The book goes on to say:
"It is necessary for me to give up and let go of life as I lived it with my loved one. Even though I wish it were not so, that life has been lived out.  I now carry forward with me all that was wonderful, positive, loving, and strong from that relationship.  I take it with me everywhere I go.  I entered into my changed life, bringing all the most laudable, hopeful, good, and rewarding parts of the past into the future."

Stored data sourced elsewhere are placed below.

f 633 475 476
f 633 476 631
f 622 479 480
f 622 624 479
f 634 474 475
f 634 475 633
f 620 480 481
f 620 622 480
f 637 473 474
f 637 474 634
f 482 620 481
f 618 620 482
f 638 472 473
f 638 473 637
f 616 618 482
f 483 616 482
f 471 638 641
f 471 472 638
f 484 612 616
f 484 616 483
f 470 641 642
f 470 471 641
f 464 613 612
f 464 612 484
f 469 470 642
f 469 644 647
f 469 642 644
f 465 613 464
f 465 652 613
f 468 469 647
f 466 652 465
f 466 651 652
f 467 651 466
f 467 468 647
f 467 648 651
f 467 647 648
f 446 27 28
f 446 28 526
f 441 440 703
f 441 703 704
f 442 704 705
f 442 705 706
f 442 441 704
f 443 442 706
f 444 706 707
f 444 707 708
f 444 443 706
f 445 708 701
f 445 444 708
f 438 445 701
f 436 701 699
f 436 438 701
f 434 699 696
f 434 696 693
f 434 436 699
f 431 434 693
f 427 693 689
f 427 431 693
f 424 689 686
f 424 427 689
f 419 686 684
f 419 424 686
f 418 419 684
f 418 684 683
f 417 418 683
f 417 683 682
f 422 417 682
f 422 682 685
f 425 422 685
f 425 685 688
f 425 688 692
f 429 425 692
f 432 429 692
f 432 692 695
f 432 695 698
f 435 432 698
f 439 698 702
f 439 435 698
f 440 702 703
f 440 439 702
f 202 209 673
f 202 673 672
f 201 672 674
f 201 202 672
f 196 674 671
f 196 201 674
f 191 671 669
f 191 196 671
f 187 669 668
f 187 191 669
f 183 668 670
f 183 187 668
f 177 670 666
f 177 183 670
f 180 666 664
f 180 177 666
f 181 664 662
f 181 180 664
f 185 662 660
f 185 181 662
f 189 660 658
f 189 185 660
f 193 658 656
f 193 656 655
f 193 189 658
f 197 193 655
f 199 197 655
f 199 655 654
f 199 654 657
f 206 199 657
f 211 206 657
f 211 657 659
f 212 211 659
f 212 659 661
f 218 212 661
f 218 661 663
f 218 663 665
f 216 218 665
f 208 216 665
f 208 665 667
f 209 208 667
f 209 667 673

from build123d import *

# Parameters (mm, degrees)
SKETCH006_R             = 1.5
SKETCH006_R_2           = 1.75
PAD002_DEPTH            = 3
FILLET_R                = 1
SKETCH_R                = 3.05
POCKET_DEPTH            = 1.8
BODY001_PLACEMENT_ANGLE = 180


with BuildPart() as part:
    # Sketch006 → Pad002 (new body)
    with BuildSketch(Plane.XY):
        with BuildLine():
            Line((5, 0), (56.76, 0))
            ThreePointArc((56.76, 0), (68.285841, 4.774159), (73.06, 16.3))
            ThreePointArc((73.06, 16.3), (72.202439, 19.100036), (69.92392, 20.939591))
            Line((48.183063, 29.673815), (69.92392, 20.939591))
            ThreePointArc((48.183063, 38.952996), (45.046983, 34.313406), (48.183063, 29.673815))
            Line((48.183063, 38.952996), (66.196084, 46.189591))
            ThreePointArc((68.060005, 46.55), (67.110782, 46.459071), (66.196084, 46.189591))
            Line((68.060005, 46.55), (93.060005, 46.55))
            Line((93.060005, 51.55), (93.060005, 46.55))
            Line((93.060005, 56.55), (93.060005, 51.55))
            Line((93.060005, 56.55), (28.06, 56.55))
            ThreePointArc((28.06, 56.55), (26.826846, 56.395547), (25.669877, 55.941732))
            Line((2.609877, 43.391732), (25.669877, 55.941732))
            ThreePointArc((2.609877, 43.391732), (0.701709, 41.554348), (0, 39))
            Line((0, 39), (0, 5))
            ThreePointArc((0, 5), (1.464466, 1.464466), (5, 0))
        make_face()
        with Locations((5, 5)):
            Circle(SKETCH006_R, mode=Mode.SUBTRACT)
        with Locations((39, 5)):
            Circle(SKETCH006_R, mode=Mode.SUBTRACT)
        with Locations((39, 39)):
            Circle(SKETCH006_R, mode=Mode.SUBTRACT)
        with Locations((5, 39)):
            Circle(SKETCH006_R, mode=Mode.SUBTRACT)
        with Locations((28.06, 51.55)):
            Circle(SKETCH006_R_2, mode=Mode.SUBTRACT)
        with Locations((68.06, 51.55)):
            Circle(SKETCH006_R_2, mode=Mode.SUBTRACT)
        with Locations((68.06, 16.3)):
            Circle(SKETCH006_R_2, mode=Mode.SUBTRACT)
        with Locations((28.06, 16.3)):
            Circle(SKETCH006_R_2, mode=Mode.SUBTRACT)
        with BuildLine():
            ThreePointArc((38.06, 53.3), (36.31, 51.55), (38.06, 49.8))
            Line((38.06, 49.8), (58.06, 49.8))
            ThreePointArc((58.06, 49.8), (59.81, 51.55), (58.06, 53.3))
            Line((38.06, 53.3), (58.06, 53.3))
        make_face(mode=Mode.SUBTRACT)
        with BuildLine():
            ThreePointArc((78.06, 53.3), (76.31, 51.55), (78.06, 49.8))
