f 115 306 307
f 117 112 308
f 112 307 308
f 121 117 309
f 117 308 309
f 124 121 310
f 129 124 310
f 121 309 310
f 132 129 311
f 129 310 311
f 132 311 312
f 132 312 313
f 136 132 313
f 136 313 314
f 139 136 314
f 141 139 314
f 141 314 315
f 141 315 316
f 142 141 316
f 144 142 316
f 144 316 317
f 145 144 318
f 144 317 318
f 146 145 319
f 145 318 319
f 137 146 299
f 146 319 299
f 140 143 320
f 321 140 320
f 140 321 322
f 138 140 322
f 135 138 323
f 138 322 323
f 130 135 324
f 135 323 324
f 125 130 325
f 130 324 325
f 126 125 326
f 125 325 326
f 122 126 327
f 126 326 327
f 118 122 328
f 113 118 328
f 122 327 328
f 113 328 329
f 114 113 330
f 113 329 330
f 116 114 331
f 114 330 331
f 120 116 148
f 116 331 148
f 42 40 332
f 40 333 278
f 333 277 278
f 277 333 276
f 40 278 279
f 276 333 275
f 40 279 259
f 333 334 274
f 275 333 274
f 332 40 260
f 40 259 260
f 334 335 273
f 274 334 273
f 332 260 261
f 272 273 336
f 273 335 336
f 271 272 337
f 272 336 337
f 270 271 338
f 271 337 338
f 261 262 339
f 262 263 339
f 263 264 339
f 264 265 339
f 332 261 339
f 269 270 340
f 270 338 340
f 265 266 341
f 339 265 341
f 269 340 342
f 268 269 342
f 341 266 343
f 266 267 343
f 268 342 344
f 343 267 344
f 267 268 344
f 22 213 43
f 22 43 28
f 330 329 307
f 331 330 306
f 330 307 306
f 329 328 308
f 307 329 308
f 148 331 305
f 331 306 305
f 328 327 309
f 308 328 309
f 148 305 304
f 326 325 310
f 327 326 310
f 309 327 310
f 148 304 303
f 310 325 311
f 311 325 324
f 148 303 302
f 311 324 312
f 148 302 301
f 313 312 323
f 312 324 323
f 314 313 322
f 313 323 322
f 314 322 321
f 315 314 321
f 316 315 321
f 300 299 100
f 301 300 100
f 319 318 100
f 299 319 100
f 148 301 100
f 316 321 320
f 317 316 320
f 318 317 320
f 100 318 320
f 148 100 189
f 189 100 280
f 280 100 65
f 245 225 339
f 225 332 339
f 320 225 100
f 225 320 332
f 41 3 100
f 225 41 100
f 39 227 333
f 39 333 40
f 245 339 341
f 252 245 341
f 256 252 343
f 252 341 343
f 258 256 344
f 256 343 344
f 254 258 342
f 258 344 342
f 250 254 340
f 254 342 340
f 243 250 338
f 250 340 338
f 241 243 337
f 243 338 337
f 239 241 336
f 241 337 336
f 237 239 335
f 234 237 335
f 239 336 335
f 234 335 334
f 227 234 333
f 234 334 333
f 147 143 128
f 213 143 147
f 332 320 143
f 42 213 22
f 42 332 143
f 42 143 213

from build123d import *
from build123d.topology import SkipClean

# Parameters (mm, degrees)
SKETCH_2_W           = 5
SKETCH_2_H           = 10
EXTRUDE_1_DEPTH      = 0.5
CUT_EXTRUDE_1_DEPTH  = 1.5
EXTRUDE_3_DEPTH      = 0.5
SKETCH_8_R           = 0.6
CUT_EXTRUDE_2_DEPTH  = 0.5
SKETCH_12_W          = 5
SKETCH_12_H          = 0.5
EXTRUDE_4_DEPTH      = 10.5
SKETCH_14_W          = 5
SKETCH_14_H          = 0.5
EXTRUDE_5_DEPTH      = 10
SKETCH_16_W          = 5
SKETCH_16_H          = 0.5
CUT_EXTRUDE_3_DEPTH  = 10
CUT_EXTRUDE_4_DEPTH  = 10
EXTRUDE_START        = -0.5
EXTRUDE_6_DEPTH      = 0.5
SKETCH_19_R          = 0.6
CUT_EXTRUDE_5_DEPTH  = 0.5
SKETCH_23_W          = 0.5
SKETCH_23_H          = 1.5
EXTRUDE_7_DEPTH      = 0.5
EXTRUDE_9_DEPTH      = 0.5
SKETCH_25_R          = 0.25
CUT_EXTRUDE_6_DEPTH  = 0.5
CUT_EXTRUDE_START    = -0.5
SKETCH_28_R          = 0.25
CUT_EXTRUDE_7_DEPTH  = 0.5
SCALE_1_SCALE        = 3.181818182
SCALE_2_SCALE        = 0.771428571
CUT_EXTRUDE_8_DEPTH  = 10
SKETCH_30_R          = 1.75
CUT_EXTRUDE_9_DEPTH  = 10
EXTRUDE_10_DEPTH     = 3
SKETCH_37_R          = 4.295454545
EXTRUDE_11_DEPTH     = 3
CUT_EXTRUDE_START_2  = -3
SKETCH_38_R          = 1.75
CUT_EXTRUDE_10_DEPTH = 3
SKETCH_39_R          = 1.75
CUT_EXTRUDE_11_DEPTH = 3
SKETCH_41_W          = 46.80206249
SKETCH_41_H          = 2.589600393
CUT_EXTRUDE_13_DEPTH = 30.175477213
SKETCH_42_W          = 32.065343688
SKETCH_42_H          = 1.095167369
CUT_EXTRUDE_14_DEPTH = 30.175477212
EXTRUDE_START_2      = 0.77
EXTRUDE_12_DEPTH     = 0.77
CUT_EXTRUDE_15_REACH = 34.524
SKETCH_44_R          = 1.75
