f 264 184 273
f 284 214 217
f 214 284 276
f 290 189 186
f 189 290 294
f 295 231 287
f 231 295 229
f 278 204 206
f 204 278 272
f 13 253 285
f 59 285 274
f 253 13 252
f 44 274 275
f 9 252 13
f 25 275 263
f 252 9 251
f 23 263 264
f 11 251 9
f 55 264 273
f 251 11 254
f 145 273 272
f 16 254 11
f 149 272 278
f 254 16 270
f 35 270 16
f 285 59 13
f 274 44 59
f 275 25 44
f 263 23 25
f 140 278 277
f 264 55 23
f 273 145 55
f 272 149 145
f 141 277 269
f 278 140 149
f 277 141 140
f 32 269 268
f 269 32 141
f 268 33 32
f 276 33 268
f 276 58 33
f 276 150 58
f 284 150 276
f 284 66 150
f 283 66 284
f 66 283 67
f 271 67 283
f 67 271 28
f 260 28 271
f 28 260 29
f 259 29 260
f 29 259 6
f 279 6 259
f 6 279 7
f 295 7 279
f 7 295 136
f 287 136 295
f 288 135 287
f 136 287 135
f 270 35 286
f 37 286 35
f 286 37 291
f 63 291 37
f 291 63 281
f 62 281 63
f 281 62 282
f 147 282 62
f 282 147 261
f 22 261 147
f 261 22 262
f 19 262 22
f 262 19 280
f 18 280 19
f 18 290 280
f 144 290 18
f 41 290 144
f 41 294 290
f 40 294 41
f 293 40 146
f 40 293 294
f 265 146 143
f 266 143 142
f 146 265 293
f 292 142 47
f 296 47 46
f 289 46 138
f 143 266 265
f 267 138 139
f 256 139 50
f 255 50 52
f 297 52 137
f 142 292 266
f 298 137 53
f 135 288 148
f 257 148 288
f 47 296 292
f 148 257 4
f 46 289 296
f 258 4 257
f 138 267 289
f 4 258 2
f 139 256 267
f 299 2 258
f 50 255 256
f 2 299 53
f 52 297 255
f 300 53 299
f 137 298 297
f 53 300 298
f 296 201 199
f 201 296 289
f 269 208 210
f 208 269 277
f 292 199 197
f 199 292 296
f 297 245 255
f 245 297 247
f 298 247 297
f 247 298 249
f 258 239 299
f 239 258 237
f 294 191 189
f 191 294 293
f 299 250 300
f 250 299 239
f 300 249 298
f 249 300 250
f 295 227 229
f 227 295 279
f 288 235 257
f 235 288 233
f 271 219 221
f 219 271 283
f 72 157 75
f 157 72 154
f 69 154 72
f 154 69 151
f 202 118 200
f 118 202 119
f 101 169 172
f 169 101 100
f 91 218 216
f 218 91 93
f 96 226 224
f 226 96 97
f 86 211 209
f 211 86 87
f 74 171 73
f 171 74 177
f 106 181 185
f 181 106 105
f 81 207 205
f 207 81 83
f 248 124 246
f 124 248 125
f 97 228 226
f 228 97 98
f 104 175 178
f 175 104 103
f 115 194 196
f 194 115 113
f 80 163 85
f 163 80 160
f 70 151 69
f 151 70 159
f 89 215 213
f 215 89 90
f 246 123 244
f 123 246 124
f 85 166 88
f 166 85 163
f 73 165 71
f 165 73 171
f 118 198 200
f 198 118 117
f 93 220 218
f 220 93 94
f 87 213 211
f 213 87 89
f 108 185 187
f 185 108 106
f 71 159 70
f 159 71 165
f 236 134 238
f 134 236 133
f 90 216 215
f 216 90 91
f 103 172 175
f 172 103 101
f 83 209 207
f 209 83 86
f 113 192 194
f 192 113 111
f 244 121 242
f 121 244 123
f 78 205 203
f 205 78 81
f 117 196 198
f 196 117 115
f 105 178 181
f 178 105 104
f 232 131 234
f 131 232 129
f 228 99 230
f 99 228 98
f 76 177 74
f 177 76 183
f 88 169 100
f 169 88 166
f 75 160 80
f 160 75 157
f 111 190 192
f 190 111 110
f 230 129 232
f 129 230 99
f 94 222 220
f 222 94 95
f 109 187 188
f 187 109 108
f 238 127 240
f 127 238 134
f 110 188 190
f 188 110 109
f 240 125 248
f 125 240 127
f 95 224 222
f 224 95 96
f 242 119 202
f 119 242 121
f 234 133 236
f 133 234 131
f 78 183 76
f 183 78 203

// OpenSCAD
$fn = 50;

 I think we all could agree even Brian that Harper was one of the most wonderful parts of the life I lived with my loved one.  In Brian's own words from his blog, "When Harper was born, I was overwhelmed. Not sure I can explain each feeling that was present at that time, but I remember holding her, looking at Karen and feeling the excitement of going to get the rest of the family to come in and meet her. Seeing their reactions was something I was really looking forward to."  He goes on to say, "I guess what I am saying is that relationships with those who have passed are still relationships."  So as I struggle to even begin to enter this changed life, I will bring with my the most rewarding part of both of us, Harper. I will cling to the good and remind myself of the wonderful parts of life lived with Brian as my partner. I can't say how long it will take me to let go of the old. Probably FOREVER because I really don't want to.  So with my bird/tree tattoo and lightning bolt as permanent reminders of what I am carrying into my future and Harper by my side, we take teeny tiny baby steps toward that changed life even though I wish it were not so.